**RECORDS FOR THE EXERCISE**.

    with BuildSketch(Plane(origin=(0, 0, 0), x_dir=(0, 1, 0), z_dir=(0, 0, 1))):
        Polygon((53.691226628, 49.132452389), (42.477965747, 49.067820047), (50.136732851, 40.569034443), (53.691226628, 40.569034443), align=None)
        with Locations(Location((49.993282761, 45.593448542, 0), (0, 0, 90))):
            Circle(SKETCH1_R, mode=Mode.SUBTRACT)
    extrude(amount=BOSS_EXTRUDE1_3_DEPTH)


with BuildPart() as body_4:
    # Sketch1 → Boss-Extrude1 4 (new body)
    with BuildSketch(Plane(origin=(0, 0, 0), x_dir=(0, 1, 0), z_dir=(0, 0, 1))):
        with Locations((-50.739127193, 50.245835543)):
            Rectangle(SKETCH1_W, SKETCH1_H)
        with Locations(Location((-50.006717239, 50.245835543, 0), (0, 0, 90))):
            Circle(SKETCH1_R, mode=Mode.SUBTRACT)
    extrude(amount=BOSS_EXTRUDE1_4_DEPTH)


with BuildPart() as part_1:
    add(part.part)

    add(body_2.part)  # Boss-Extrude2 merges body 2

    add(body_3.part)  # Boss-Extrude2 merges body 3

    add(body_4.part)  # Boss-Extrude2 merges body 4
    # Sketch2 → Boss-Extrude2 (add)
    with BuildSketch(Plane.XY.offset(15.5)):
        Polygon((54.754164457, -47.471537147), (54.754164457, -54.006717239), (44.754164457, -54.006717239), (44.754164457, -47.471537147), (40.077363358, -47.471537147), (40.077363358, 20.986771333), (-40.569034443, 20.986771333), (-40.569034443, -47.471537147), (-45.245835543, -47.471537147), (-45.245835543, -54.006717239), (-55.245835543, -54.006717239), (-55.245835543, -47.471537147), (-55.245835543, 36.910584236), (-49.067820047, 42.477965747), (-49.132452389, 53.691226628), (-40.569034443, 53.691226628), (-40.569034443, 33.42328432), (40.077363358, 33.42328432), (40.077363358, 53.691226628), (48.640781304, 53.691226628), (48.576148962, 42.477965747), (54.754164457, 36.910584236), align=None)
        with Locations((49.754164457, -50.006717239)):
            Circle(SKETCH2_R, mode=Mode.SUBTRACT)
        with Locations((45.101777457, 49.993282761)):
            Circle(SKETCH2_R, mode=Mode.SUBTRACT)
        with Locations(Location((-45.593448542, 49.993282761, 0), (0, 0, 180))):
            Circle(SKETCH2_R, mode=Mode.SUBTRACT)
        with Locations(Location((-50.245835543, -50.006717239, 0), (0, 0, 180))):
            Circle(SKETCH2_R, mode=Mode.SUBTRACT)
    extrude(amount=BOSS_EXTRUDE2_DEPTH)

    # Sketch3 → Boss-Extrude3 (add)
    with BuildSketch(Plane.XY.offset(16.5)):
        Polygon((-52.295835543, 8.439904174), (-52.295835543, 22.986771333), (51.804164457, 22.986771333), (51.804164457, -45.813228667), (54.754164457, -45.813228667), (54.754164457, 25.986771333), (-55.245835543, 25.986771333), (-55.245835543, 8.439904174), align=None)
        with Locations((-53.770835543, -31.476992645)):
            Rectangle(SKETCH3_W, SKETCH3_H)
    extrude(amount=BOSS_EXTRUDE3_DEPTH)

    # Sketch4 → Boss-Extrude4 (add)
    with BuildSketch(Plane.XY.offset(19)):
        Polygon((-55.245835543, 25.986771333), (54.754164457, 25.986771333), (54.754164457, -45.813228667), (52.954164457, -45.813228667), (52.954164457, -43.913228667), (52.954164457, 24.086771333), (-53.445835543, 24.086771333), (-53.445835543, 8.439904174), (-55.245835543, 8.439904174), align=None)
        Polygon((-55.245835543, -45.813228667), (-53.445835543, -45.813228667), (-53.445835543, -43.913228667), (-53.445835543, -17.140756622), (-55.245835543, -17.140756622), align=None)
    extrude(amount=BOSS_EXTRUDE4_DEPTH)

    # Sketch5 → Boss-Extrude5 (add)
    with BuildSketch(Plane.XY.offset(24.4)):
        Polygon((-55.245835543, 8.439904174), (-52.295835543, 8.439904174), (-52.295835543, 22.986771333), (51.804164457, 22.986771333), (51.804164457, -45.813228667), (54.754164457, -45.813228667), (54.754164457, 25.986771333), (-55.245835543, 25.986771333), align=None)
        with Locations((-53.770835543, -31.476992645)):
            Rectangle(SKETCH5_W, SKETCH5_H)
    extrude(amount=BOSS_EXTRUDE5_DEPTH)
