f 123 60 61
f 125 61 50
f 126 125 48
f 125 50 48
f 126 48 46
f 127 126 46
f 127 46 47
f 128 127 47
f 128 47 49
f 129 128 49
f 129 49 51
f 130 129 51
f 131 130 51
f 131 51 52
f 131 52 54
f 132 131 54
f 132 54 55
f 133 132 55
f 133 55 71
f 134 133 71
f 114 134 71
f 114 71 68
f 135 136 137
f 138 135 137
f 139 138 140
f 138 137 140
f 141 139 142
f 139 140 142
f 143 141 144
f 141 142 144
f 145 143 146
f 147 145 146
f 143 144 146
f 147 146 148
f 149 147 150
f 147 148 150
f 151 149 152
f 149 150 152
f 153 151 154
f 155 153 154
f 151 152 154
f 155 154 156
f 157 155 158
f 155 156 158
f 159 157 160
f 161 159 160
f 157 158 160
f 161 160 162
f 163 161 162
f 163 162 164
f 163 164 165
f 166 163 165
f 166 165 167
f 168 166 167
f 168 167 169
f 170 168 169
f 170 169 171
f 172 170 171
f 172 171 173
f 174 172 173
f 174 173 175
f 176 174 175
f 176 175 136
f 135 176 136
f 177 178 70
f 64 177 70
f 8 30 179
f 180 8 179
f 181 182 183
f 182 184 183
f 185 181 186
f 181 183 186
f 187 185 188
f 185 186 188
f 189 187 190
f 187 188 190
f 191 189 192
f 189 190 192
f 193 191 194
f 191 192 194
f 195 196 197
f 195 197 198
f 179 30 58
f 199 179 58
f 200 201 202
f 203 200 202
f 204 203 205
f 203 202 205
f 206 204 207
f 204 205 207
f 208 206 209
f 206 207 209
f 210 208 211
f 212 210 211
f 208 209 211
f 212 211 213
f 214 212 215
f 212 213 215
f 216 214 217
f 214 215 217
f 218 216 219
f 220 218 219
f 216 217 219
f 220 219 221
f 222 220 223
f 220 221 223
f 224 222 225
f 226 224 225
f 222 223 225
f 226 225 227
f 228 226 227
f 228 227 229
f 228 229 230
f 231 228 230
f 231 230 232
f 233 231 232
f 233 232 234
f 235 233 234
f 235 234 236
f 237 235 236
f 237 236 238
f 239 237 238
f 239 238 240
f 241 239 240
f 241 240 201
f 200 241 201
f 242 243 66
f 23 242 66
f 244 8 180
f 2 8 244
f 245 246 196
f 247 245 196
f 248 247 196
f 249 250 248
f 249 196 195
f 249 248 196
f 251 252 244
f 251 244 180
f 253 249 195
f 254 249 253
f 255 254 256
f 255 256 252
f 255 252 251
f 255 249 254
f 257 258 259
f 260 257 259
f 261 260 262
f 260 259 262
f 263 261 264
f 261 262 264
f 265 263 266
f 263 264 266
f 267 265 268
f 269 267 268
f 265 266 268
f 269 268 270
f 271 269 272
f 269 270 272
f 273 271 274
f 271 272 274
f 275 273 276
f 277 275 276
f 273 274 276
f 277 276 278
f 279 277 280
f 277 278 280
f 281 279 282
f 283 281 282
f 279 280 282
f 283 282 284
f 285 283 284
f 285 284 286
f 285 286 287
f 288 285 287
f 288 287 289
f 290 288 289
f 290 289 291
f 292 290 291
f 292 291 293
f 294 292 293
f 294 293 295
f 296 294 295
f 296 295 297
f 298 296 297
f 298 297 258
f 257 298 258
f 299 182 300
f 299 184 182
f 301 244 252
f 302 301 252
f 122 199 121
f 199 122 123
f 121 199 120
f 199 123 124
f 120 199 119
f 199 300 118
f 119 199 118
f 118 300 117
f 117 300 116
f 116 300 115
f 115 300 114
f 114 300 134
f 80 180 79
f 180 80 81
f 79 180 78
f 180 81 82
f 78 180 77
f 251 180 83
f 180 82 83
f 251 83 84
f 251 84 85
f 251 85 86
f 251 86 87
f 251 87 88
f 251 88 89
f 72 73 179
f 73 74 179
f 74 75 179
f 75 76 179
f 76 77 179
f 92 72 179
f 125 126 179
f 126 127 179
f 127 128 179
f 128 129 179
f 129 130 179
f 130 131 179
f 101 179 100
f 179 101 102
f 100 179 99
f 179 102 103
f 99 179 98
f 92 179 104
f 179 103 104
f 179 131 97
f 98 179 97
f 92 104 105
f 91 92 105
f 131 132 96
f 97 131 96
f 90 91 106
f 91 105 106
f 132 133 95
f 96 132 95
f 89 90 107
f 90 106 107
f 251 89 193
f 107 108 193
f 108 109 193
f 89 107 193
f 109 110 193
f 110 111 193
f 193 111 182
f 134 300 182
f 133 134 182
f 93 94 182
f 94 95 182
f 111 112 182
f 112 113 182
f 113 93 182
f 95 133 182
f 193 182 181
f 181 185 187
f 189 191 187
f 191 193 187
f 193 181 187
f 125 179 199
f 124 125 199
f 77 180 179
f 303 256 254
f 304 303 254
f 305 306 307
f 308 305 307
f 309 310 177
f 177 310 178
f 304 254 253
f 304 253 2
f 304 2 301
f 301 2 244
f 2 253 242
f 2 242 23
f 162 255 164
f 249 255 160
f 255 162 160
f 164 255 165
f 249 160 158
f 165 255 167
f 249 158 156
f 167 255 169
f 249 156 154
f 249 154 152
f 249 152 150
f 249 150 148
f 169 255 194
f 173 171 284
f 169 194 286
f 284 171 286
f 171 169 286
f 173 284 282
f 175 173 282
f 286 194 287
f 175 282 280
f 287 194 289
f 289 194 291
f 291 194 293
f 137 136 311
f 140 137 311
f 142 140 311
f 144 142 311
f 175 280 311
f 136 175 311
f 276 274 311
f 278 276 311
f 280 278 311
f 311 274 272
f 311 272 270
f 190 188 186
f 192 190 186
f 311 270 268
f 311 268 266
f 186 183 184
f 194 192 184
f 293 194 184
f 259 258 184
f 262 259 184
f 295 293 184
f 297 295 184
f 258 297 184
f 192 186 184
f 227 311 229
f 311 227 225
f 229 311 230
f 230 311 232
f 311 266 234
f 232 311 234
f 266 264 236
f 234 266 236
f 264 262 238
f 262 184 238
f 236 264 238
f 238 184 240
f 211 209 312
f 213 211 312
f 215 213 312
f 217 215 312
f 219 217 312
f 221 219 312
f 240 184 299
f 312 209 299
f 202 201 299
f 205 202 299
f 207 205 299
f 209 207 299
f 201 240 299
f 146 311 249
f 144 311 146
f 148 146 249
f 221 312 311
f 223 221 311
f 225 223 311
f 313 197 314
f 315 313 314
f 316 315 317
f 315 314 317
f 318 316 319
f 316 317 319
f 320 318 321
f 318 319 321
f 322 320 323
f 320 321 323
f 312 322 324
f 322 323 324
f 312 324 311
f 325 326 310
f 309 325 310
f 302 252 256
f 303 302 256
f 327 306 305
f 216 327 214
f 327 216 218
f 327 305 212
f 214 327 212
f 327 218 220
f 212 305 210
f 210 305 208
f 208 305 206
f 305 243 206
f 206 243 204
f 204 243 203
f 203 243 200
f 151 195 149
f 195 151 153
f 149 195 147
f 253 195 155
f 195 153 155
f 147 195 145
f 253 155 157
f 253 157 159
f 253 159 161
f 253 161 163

==

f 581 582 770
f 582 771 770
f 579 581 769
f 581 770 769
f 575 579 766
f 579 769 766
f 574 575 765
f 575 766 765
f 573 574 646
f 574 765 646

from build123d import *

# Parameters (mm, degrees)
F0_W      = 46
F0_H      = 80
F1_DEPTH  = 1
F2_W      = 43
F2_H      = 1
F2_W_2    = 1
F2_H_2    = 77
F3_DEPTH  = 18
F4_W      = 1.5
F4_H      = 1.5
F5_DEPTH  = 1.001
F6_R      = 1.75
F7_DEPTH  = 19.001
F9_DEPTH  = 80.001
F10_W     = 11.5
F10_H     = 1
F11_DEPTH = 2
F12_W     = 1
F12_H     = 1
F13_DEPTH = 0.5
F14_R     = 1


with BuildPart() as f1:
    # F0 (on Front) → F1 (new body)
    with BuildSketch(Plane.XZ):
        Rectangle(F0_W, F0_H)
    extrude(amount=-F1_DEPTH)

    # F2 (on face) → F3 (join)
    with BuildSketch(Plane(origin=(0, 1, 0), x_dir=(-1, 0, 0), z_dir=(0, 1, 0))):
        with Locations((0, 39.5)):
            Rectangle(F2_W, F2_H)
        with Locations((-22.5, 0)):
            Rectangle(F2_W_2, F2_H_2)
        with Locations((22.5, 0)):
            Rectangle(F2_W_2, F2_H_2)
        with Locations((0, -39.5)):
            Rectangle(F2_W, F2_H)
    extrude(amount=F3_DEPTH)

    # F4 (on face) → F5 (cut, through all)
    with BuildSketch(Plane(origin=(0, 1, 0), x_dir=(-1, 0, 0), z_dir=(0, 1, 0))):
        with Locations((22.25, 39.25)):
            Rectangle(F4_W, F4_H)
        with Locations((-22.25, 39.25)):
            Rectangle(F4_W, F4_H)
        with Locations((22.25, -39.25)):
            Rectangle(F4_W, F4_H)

...

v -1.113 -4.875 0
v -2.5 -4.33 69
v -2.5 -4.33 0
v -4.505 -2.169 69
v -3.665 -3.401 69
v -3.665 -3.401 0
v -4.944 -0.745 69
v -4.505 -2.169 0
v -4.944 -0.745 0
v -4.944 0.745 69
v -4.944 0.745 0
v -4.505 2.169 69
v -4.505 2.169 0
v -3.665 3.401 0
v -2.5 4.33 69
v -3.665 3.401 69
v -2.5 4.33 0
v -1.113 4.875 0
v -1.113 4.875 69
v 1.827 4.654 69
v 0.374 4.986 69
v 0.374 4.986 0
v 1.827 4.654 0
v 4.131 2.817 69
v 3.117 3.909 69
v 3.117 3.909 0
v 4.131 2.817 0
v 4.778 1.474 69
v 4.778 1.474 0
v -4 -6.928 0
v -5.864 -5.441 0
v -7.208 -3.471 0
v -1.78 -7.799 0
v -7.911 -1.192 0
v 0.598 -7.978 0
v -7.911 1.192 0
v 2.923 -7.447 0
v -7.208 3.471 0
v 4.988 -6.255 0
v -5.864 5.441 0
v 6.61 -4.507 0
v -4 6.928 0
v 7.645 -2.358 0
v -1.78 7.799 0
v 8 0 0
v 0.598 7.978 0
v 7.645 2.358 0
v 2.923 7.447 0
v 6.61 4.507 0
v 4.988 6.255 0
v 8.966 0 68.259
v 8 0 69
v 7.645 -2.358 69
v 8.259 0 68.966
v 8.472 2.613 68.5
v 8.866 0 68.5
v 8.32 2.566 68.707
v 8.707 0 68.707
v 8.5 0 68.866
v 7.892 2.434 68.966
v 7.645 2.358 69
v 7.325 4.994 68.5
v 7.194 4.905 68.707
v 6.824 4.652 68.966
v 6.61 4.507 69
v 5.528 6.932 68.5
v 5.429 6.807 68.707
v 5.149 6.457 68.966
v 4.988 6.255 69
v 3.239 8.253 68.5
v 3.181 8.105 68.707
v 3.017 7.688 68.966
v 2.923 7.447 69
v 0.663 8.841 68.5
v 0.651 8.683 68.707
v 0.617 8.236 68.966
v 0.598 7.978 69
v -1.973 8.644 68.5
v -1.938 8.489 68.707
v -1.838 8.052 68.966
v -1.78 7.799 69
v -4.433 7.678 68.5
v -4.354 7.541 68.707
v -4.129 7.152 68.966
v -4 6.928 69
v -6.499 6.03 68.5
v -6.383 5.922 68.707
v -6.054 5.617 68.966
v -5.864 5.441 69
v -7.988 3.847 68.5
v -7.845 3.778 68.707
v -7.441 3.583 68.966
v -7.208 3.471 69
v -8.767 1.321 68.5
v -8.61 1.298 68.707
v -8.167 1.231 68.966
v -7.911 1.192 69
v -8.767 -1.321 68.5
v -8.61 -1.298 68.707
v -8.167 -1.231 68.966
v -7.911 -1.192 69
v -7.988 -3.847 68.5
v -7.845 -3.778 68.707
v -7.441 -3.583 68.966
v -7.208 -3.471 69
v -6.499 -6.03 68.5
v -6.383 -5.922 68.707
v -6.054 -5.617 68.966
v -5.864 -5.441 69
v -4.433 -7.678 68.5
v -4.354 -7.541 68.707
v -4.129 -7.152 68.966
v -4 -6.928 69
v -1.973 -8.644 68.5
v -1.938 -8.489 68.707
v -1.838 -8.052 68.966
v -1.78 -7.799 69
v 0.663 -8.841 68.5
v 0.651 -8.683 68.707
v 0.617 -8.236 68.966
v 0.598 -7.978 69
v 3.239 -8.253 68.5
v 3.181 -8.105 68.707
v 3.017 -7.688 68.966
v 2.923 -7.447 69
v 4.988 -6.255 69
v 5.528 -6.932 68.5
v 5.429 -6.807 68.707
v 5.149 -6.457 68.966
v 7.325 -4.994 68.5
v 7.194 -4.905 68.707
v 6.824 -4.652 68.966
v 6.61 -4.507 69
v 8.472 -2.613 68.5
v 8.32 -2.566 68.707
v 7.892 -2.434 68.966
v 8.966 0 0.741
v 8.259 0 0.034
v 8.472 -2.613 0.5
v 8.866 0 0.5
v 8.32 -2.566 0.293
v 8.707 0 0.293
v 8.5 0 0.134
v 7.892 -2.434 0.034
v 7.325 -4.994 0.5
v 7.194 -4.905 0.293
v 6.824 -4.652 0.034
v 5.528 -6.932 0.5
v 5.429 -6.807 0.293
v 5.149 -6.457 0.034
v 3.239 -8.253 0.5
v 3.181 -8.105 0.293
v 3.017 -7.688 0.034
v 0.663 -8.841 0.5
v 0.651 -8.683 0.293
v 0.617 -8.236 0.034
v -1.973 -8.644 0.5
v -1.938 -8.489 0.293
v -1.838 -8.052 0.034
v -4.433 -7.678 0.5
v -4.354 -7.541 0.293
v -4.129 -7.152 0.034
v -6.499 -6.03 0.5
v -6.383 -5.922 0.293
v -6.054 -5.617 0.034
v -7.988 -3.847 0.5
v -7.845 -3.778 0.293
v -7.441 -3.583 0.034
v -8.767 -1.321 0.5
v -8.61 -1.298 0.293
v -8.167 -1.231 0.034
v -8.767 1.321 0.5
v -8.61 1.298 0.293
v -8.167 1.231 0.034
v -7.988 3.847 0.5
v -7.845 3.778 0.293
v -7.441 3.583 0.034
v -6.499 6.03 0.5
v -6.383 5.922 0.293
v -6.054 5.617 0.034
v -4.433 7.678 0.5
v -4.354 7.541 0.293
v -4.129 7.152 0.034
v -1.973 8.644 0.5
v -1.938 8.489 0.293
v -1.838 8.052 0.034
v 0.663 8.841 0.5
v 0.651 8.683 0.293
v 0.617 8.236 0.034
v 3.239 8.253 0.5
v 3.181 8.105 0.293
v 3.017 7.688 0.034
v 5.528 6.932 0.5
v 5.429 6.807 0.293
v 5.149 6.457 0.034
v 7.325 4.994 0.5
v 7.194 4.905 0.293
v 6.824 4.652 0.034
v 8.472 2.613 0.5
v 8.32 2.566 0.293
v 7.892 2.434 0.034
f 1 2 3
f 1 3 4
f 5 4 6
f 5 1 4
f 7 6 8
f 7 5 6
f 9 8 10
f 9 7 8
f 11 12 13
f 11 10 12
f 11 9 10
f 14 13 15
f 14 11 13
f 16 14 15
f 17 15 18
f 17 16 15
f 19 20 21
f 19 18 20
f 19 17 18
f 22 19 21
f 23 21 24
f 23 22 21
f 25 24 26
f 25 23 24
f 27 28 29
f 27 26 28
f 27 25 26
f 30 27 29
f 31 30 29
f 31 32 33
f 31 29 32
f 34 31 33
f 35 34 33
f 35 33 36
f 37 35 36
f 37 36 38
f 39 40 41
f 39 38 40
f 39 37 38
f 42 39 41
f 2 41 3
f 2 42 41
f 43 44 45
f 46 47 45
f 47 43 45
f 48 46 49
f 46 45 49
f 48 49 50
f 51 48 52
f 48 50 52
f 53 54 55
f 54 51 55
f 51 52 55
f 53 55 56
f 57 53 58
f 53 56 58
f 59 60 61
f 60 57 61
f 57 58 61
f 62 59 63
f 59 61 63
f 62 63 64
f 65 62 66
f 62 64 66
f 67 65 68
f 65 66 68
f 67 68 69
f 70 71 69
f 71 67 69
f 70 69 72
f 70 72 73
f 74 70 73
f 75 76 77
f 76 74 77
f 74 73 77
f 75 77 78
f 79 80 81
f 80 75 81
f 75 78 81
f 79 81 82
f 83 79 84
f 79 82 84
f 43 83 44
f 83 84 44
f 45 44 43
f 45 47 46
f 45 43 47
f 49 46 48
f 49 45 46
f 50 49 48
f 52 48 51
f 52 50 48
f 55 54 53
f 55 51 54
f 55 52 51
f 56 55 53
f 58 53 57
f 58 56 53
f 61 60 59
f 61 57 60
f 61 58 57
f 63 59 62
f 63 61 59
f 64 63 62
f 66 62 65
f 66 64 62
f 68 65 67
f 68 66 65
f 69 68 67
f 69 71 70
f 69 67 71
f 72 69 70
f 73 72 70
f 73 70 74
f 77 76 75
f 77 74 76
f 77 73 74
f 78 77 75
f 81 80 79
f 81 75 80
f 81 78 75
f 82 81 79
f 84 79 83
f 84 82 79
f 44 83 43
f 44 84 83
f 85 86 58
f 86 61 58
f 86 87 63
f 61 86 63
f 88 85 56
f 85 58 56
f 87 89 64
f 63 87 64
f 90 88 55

**WHAT THE EXERCISE ASKS**.
Using the material above, transcribe exactly the lines from the line with "v -6.383 -5.922 68.707" to the line with "v 5.528 -6.932 68.5"; both count, and nothing else goes in.

**RESULT OF THE TASK**.
v -6.383 -5.922 68.707
v -6.054 -5.617 68.966
v -5.864 -5.441 69
v -4.433 -7.678 68.5
v -4.354 -7.541 68.707
v -4.129 -7.152 68.966
v -4 -6.928 69
v -1.973 -8.644 68.5
v -1.938 -8.489 68.707
v -1.838 -8.052 68.966
v -1.78 -7.799 69
v 0.663 -8.841 68.5
v 0.651 -8.683 68.707
v 0.617 -8.236 68.966
v 0.598 -7.978 69
v 3.239 -8.253 68.5
v 3.181 -8.105 68.707
v 3.017 -7.688 68.966
v 2.923 -7.447 69
v 4.988 -6.255 69
v 5.528 -6.932 68.5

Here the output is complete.